Preparation of Surface-treated Cathode Active Material Using Solution Containing Fluoride Salt

An aqueous solution of 50 mL of NH ₄ F was prepared in an aqueous solution of 50 mL of Al (NO ₃ ) ₃ .9H ₂ O, and charged to the ammonia-metal ion complex salt and lithium-containing compound solution at a rate of 5 mL / min. In this case, the amount of NH ₄ F was used in 7 mol with respect to 1 mol of Al (NO ₃ ) ₃ · 9H ₂ O. At this time, stirring was carried out at a stirring speed of 1000 rpm while maintaining the reaction temperature at 20 ℃. At this time, the pH was maintained at 10.00.

The reactant was dried in a thermostat at 110 ° C. for 24 hours and then heat treated at 400 ° C. to prepare a cathode active material coated with AlF ₃ on the surface of Li [Ni _1/3 Co _1/3 Mn _1/3 ] O ₂ . .

Manufacture of batteries

The slurry was prepared by mixing the prepared positive electrode active material and the conductive material with super-P and the binder with polyvinylidene fluoride (PVdF) in a weight ratio of 85: 7.5: 7.5, respectively. The slurry was uniformly applied to a 20 μm thick aluminum foil, and vacuum dried at 120 ° C. to prepare a positive electrode.

The prepared anode and lithium foil were used as counter electrodes, and a porous polyethylene membrane (manufactured by Celgard ELC, Celgard 2300, thickness: 25 μm) was used as a separator, and ethylene carbonate and diethyl carbonate were mixed at a volume ratio of 1: 1. A coin battery was prepared according to a commonly known manufacturing process using a liquid electrolyte in which LiPF ₆ was dissolved at a concentration of 1 M in a solvent.

(Example 2)

Li (Ni ₁₎ was carried out in the same manner as in Example 1 except that 50 ml aqueous solution of Al (NO ₃ ) ₃ .9H ₂ O was prepared in a 500 ml glass beaker so that the Al content was 0.25 mol% relative to the lithium-containing compound. A positive electrode active material and a battery in which AlF ₃ was coated on a surface of _{/ 3} Co _1/3 Mn _1/3 ] O ₂ were prepared.

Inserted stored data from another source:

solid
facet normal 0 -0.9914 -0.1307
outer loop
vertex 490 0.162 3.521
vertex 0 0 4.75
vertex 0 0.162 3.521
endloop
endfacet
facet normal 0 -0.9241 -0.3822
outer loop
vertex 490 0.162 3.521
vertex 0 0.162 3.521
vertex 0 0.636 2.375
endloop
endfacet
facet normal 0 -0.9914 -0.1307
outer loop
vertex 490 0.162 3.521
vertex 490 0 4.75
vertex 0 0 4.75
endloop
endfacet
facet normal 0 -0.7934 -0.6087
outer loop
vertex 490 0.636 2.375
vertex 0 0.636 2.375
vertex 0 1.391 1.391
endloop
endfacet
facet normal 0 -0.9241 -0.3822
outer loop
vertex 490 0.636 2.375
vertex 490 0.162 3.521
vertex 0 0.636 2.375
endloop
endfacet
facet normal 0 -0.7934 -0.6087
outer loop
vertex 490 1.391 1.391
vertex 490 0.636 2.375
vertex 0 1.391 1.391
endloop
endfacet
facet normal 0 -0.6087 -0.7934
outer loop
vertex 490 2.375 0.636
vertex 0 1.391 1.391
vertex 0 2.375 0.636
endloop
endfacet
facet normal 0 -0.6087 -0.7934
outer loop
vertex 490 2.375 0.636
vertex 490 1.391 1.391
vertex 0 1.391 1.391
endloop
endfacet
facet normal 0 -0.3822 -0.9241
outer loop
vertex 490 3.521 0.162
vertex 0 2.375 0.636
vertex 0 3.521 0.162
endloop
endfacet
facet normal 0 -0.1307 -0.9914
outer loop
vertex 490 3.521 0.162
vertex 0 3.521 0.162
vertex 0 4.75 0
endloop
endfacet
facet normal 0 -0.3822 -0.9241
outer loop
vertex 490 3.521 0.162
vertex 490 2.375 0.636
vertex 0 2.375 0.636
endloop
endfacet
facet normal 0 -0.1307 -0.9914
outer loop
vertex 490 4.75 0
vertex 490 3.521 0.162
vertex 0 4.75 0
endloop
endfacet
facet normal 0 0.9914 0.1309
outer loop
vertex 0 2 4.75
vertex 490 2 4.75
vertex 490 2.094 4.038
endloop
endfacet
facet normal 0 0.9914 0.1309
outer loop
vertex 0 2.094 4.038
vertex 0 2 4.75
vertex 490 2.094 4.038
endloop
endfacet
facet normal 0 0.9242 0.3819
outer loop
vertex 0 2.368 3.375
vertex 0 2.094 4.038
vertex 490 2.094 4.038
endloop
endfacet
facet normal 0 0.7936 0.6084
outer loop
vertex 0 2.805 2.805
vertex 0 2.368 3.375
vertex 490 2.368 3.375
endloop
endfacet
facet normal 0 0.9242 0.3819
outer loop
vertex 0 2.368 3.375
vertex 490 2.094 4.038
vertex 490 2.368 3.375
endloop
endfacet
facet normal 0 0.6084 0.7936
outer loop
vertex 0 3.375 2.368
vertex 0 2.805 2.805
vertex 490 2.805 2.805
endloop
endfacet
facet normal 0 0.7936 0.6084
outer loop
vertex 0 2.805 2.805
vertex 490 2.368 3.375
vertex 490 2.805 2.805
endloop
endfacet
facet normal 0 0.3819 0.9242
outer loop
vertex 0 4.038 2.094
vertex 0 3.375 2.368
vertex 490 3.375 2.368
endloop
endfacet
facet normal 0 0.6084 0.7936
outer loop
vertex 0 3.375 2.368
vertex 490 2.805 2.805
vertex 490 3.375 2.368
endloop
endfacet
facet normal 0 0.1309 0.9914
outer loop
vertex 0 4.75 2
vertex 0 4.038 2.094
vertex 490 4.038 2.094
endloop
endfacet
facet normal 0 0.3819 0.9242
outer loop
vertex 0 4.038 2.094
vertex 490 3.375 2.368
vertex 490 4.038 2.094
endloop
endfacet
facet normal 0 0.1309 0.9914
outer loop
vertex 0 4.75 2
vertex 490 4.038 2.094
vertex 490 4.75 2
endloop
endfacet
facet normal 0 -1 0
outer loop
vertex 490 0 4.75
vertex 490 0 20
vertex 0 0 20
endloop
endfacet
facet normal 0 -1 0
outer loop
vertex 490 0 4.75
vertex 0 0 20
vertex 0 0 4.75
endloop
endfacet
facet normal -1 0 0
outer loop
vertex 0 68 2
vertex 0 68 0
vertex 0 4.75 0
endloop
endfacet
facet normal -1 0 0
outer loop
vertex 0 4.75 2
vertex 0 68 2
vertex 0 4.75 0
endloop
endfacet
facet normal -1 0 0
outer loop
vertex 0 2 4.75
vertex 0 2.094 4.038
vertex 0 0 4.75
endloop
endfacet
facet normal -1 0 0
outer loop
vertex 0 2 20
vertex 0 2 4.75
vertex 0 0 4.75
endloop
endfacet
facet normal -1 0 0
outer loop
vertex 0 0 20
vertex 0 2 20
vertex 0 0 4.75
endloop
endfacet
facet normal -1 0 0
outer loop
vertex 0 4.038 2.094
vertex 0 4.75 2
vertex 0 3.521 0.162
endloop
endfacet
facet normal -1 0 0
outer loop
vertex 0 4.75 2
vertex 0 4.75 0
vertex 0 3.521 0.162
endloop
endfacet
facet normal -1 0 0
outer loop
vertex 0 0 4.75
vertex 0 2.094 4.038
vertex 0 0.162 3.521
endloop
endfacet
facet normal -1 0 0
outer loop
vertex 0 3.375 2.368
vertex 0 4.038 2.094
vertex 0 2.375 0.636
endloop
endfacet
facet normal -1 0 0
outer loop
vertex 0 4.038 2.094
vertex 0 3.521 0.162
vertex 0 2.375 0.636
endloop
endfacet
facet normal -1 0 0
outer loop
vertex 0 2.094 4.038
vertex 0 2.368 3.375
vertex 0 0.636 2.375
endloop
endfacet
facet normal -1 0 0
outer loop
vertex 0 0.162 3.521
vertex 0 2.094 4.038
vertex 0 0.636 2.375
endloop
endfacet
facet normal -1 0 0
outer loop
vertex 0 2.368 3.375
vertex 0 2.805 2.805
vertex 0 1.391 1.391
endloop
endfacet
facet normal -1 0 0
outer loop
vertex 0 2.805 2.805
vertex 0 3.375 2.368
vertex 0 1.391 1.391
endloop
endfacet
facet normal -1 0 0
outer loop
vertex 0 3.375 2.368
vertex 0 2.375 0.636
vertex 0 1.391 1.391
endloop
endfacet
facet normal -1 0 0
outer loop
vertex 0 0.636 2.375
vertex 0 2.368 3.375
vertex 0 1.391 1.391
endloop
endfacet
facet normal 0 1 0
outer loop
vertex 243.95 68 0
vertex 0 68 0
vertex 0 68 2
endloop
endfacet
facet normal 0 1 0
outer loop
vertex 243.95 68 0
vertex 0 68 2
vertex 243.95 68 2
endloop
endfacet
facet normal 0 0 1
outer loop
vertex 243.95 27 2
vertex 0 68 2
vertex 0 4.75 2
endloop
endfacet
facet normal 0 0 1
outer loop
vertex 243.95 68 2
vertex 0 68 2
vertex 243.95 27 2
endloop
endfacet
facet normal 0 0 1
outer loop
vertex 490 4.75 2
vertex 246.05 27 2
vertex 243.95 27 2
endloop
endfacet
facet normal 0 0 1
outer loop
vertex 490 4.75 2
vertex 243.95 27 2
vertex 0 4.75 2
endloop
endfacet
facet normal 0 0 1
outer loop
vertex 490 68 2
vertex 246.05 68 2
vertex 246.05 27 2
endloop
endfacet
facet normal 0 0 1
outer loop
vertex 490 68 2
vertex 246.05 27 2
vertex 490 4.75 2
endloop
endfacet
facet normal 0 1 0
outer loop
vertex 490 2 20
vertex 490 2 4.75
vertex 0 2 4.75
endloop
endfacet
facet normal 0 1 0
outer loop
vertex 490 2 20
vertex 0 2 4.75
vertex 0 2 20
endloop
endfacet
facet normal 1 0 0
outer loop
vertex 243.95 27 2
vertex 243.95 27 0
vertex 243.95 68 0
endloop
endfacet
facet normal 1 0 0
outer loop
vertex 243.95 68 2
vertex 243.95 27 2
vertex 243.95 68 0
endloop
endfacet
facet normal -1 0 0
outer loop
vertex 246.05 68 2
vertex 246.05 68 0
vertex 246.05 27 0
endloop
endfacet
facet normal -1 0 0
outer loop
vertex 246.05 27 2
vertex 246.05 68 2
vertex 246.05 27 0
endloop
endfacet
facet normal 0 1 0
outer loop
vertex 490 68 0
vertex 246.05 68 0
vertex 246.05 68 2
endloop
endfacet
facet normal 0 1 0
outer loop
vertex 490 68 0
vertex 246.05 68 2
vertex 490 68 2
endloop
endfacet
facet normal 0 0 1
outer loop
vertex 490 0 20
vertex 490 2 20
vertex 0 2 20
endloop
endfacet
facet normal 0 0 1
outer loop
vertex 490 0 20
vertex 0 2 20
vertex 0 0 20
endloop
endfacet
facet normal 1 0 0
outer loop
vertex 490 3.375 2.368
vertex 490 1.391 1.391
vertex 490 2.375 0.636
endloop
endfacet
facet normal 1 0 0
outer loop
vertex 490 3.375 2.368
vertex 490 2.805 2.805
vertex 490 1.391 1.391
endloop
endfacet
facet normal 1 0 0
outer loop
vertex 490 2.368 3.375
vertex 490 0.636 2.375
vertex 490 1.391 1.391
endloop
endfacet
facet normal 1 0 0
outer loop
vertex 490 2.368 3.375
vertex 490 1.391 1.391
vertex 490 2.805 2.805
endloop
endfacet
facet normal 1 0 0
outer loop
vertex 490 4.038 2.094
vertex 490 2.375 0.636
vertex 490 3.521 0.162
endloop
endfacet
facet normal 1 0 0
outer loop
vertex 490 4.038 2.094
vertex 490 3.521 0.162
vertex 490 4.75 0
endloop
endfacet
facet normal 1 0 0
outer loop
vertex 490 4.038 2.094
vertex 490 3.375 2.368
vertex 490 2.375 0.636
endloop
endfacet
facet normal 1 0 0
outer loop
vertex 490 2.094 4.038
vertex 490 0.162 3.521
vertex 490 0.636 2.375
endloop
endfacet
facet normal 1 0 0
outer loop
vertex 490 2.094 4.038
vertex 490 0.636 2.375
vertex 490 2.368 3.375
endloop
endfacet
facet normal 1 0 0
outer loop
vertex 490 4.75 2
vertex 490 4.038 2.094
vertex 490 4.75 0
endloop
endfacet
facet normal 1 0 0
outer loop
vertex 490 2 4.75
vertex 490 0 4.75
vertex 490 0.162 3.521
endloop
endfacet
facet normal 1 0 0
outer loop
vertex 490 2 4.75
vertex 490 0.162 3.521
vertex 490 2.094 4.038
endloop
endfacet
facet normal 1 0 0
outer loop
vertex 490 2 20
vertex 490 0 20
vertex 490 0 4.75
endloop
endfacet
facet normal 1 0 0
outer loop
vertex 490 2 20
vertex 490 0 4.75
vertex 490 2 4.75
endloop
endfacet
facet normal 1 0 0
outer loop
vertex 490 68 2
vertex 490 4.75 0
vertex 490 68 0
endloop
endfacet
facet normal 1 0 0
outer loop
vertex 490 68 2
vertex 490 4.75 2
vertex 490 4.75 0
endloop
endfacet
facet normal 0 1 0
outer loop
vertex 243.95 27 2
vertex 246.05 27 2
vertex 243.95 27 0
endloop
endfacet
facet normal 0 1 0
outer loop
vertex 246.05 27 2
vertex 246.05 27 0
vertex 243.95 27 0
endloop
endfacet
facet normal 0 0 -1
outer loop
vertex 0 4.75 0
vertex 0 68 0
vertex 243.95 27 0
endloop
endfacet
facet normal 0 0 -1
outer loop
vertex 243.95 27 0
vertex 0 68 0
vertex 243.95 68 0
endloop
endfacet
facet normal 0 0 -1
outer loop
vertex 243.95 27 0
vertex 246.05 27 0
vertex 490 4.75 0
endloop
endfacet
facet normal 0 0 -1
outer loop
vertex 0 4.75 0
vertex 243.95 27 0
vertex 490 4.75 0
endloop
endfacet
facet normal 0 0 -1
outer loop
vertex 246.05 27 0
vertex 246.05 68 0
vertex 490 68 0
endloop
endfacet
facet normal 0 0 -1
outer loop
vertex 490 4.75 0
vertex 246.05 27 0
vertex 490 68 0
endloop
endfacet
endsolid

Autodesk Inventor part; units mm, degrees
ref_plane "YZ Plane" through (0, 0, 0) normal (1, 0, 0) x (0, 1, 0)
ref_plane "XZ Plane" through (0, 0, 0) normal (0, 1, 0) x (-1, 0, 0)
ref_plane "XY Plane" through (0, 0, 0) normal (0, 0, 1) x (1, 0, 0)
sketch "Sketch1" plane through (0, 0, 0) normal (0, 0, 1) x (1, 0, 0)
  line L0 (-490, 68) -> (490, 68)
  line L1 (490, 68) -> (490, 0)
  line L2 (490, 0) -> (-490, 0)
  line L3 (-490, 0) -> (-490, 68)
  point P0 (0, 0)
  point P1 (0, 0)
  dimension "d0" = 980
  dimension "d1" = 68
extrude "Plate1" add sketch "Sketch1" along normal blind 2
sketch "Sketch2" plane through (490, 2, 0) normal (0, -1, 0) x (1, 0, 0)
  line L0 (-980, 0) -> (0, 0)
  line L1 (0, 0) -> (0, 20)
  line L2 (0, 20) -> (-980, 20)
  line L3 (-980, 20) -> (-980, 0)
edge flange "Flange1" height 20 angle 90 thickness 2 bend radius 2.75 thickness toward (0, -1, 0) relief round relief width 2 relief depth 1 edges at (0, 0, 2) wall of the first edge with corners at (-490, 2, 0) (490, 2, 0) (490, 2, 20) (-490, 2, 20)
bend "Bend1"
corner "Corner1"
sketch "Sketch5" plane through (0, 0, 0) normal (0, 0, -1) x (-1, 0, 0)
  line L0 (490, 68) -> (-490, 68) projected
  line L1 (490, 0) -> (-490, 0) projected
  circle A0 centre (0, 68) radius 35
  line L2 (243.95, 68) -> (246.05, 68)
  line L3 (246.05, 68) -> (246.05, 27)
  line L4 (246.05, 27) -> (243.95, 27)
  line L5 (243.95, 27) -> (243.95, 68)
  line L6 (-243.95, 68) -> (-246.05, 68)
  line L7 (-246.05, 68) -> (-246.05, 27)
  line L8 (-246.05, 27) -> (-243.95, 27)
  line L9 (-243.95, 27) -> (-243.95, 68)
  line L10 (0, 68) -> (0, 0) construction
  line L11 (0, 68) -> (0, 0)
  line L12 (490, 68) -> (490, 4.75) projected
  line L13 (490, 0) -> (490, 4.75) projected
  line L14 (-490, 4.75) -> (-490, 68) projected
  line L15 (-490, 4.75) -> (-490, 0) projected
  point P0 (0, 0)
  point P1 (245, 27)
  point P2 (-245, 27)
  point P3 (-35, 68)
  point P4 (35, 68)
  dimension "d45" = 70
  dimension "d48" = 2.1
  dimension "d49" = 490
  dimension "d51" = 27
  dimension "d52" = 41
extrude "Extrusion1" cut sketch "Sketch5" against normal through all contours L12 L13 L1 L11 A0 L0 L5 L4 L3 | L3 L4 L5 L0 | A0 L11 L0 | L9 L8 L7 L0 picked at (23.0408, 65.4039)
sketch "Sketch9" plane through (0, 0, 2) normal (0, 0, 1) x (1, 0, 0)
  line L0 (485.6141, 29.596) -> (485.6141, 17.596) construction
  line L1 (485.6141, 17.596) -> (285.6141, 17.596) construction
  line L2 (285.6141, 17.596) -> (285.6141, 29.596) construction
  line L3 (285.6141, 29.596) -> (485.6141, 29.596) construction
  line L4 (-490, 68) -> (490, 68) projected
  point P0 (0, 0)
  point P1 (1.05, 68)
  dimension "d40" = 200
  dimension "d41" = 12
mark "Mark2"
equation "\"d1\" = СПИНА_Стрингер_2_высота"
equation "\"d2\" = Thickness"
equation "\"d3\" = BendReliefWidth"
equation "\"d4\" = BendReliefDepth"
equation "\"d5\" = MinimumRemnant"
equation "\"d6\" = TransitionRadius"
equation "\"d9\" = BendRadius"
equation "\"d10\" = CornerReliefSize"
equation "\"d11\" = GapSize"
equation "\"d12\" = JacobiRadiusSize"
equation "\"BendReliefWidth\" = Thickness"
equation "\"BendReliefDepth\" = 0.5 * Thickness"
equation "\"CornerReliefSize\" = 4 * Thickness"
equation "\"MinimumRemnant\" = 2 * Thickness"
equation "\"TransitionRadius\" = BendRadius"
equation "\"JacobiRadiusSize\" = BendRadius"
equation "\"GapSize\" = Thickness"
equation "\"СПИНА_Стрингер_2_высота\" = 68"
equation "\"Thickness\" = 2"
equation "\"BendRadius\" = 2.75"
properties part number "MSC 207 STRINGER BACK ^^" material "Stainless Steel"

A transmission electron microscope (TEM) photograph of the prepared cathode active material is shown in FIG. 2. As shown in FIG. 2, it can be seen that an AlF ₃ coated layer is formed on the surface of Li [Ni _1/3 Co _1/3 Mn _1/3 ] O ₂ .

(Example 3)

Li [Ni was carried out in the same manner as in Example 1, except that a 50 ml aqueous solution of Al (NO ₃ ) ₃ .9H ₂ O was prepared in a 500 ml glass beaker so that the Al content was 0.5 mol% relative to the mole of the lithium-containing compound. A positive electrode active material and a battery in which AlF ₃ was coated on a surface of _1/3 Co _1/3 Mn _1/3 ] O ₂ were prepared.

(Example 4)

A positive electrode active material and a battery in which AlF ₃ was coated on the surface of Li [Ni _0.5 Mn _0.5 ] O ₂ , except that Li [Ni _0.5 Mn _0.5 ] O ₂ was used as the lithium-containing compound. Was prepared.

(Example 5)

A positive electrode active material and a battery in which AlF ₃ was coated on the surface of Li [Ni _0.5 Mn _0.5 ] O ₂ , except that Li [Ni _0.5 Mn _0.5 ] O ₂ was used as the lithium-containing compound. Was prepared.

(Example 6)

The AlF ₃ coated Li [Ni _1/3 Co _1/3 Mn _1/3 ] O ₂ on the surface prepared according to Example 2 was exposed to air for 48 hours, and then heat-treated at 400 ° C. A battery was manufactured in the same manner as in Example 2, except that the cathode active material was used.

(Example 7)

A battery was prepared in the same manner as in Example 5, except that Li [Ni _0.5 Mn _0.5 ] O ₂ coated with AlF ₃ was used on the surface prepared according to Example 5.

(Example 8)

Formation of solution comprising lithium containing compound where chelating agent cation-metal ion complex salt is located on the surface

A 50 ml aqueous solution of Al (NO ₃ ) ₃ .9H ₂ O was prepared in a 500 ml glass beaker such that the Al content was 0.125 mol% with respect to the lithium-containing compound. At this time, the stirring solution was stirred at 600 rpm while maintaining the temperature of the aqueous solution at 20 ° C. Subsequently, Li [Ni _1/3 Co _1/3 Mn _1/3 ] O ₂ lithium-containing compound was slowly impregnated into the aqueous solution, and then 1.7 ml of NH ₄ OH was added to adjust the pH to 10.5. In this case, the amount of NH ₄ OH was used in a ratio of 10 mol to 1 mol of Al. Subsequently, stirring was performed a little more so that the ammonia-metal ion complex salt was formed well, thereby preparing ammonia-metal ion complex salt and a lithium-containing compound solution.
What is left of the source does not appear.